I'd like to see this story corroborated by other former Valve employees. Her
interview there feels a lot like self-victimization.

------
peterhunt
I'm somewhat surprised that everyone is so anti-management here.

First of all, Morning Star seems like a pretty well-run place, but the whole
system works because they have the luxury of hiring the right people. This is,
of course, the single most important factor in any effective organization. If
you don't hire the right people or play to their strengths you won't be able
to pull this off.

Anyway, a lot of the reasons listed in this piece look like they're sourced
from companies with crappy management and I don't think they represent the
reality of management, at least in a lot of places.

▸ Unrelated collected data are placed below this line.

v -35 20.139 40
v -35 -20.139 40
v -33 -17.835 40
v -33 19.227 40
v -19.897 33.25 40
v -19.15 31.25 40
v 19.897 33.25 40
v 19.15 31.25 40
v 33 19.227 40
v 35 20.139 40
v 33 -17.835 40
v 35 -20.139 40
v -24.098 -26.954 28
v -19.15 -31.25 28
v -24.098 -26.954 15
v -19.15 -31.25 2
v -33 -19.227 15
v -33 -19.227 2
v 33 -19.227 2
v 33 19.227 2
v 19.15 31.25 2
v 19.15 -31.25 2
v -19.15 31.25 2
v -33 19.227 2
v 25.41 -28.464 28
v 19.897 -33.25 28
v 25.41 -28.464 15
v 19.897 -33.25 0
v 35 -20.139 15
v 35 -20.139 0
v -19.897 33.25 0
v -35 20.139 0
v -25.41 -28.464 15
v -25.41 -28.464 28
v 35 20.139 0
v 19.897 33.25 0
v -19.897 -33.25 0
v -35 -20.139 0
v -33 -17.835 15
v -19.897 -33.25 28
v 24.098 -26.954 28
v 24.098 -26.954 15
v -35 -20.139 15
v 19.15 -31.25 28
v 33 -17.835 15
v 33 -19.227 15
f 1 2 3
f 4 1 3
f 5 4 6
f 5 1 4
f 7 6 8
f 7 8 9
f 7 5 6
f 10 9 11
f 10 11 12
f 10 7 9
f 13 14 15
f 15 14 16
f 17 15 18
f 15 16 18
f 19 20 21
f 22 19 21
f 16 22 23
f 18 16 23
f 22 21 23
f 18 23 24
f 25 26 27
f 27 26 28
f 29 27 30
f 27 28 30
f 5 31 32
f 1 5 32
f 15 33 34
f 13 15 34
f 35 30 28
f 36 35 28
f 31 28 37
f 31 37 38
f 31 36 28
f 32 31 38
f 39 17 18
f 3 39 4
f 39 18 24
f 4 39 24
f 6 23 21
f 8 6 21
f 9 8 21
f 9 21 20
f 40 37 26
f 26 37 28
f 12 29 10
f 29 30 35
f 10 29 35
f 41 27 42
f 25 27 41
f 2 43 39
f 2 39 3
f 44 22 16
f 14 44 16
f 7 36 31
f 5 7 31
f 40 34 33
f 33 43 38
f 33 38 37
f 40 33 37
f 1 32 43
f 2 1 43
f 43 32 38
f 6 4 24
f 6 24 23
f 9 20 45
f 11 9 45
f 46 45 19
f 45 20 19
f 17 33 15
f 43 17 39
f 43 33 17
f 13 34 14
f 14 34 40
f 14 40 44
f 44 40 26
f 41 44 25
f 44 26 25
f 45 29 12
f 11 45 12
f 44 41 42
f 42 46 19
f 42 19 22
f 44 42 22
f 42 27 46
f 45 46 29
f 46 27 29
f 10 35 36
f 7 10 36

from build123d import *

# Parameters (mm, degrees)
BOSS_EXTRUDE1_DEPTH = 40
CUT_EXTRUDE1_REACH  = 97.146
SKETCH2_W           = 12.7
SKETCH2_H           = 36.204742391
CUT_EXTRUDE2_REACH  = 87.131
SKETCH3_W           = 56.49525371
SKETCH3_H           = 18.41246495
BOSS_EXTRUDE3_DEPTH = 2


with BuildPart() as part:
    # Sketch1 → Boss-Extrude1 (new body)
    with BuildSketch(Plane.XY):
        Polygon((-19.897004387, 33.25), (-35, 20.138954141), (-35, -20.138954141), (-19.897004387, -33.25), (19.897004387, -33.25), (35, -20.138954141), (35, 20.138954141), (19.897004387, 33.25), align=None)
        Polygon((19.15, 31.25), (33, 19.226690863), (33, -19.226690863), (19.15, -31.25), (-19.15, -31.25), (-33, -19.226690863), (-33, 19.226690863), (-19.15, 31.25), align=None, mode=Mode.SUBTRACT)
    extrude(amount=BOSS_EXTRUDE1_DEPTH)

    # Sketch2 → Cut-Extrude1 (cut, up to next)
    with BuildSketch(Plane(origin=(25.010799593, -28.810668547, 0), x_dir=(0.7551497806531032, 0.6555522929405175, 0), z_dir=(0.6555522929405175, -0.7551497806531032, 0)), mode=Mode.PRIVATE) as cut_extrude1_sk1:
        with Locations((6.878104758, 33.102371196)):
            Rectangle(SKETCH2_W, SKETCH2_H)
    cut_extrude1_tool1 = extrude(cut_extrude1_sk1.sketch, amount=-CUT_EXTRUDE1_REACH, mode=Mode.PRIVATE) & part.part
    cut_extrude1 = cut_extrude1_tool1.solids().sort_by_distance((30.204799, -24.301711, 33.102371))[0]
    add(cut_extrude1, mode=Mode.SUBTRACT)

    # Mirror1: Cut-Extrude1 across plane
    add(cut_extrude1.mirror(Plane(origin=(0, 0, 0), x_dir=(0, 0, 1), z_dir=(1, 0, 0))), mode=Mode.SUBTRACT)

    # Sketch3 → Cut-Extrude2 (cut, up to next)
    with BuildSketch(Plane.XZ.offset(33.25), mode=Mode.PRIVATE) as cut_extrude2_sk1:
        with Locations((-0.191025239, 37.206232475)):
            Rectangle(SKETCH3_W, SKETCH3_H)
    cut_extrude2_tool1 = extrude(cut_extrude2_sk1.sketch, amount=-CUT_EXTRUDE2_REACH, mode=Mode.PRIVATE) & part.part
    add(cut_extrude2_tool1.solids().sort_by_distance((-0.191025, -33.25, 37.206232))[0], mode=Mode.SUBTRACT)

    # Sketch4 → Boss-Extrude3 (add)
    with BuildSketch(Plane.XY):
        Polygon((19.15, 31.25), (33, 19.226690863), (33, -19.226690863), (19.15, -31.25), (-19.15, -31.25), (-33, -19.226690863), (-33, 19.226690863), (-19.15, 31.25), align=None)
    extrude(amount=BOSS_EXTRUDE3_DEPTH)


solid = part.part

At Facebook (the only company where I have experience as both an IC and
manager) there are three important things to know about management:

    
    
      * It's a parallel track to IC (individual contributor aka hacker). You aren't "promoted" to manager. It's a lateral move. There are plenty of ICs making more money than managers.
      * All managers go through "bootcamp" (6-week engineering onboarding) and commit code.
      * The role of the manager is to basically do all the shitty work so ICs don't have to.
    

I want to stress that third point. If you're anything like me, as a hacker you
want to be given a well-defined problem (unless the problem is _defining_ the
problem) and go off and hack on it for a while with minimal distraction. There
are a lot of crappy distractions that come with working in the real world.
Here are a few:

    
    
      * Dealing with interpersonal issues
      * Onboarding new hires
      * Coordinating engineering efforts and priorities (aka: going to meetings so ICs don't have to)
      * Telling that guy in sales or that gal in product management that we can't work on their tasks right now
      * Dealing with medium-priority bugs during crunch time
    

If I'm shipping a product I don't want to deal with any of this stuff as long
as I'm not being micromanaged or feel like a second-class citizen to
management.

So what managers end up doing is being responsible for all of the shit work so
their team can go do what they do best. I'm actually concerned that this whole
"no management" movement is going to lead to less motivated and less
coordinated teams as these companies grow.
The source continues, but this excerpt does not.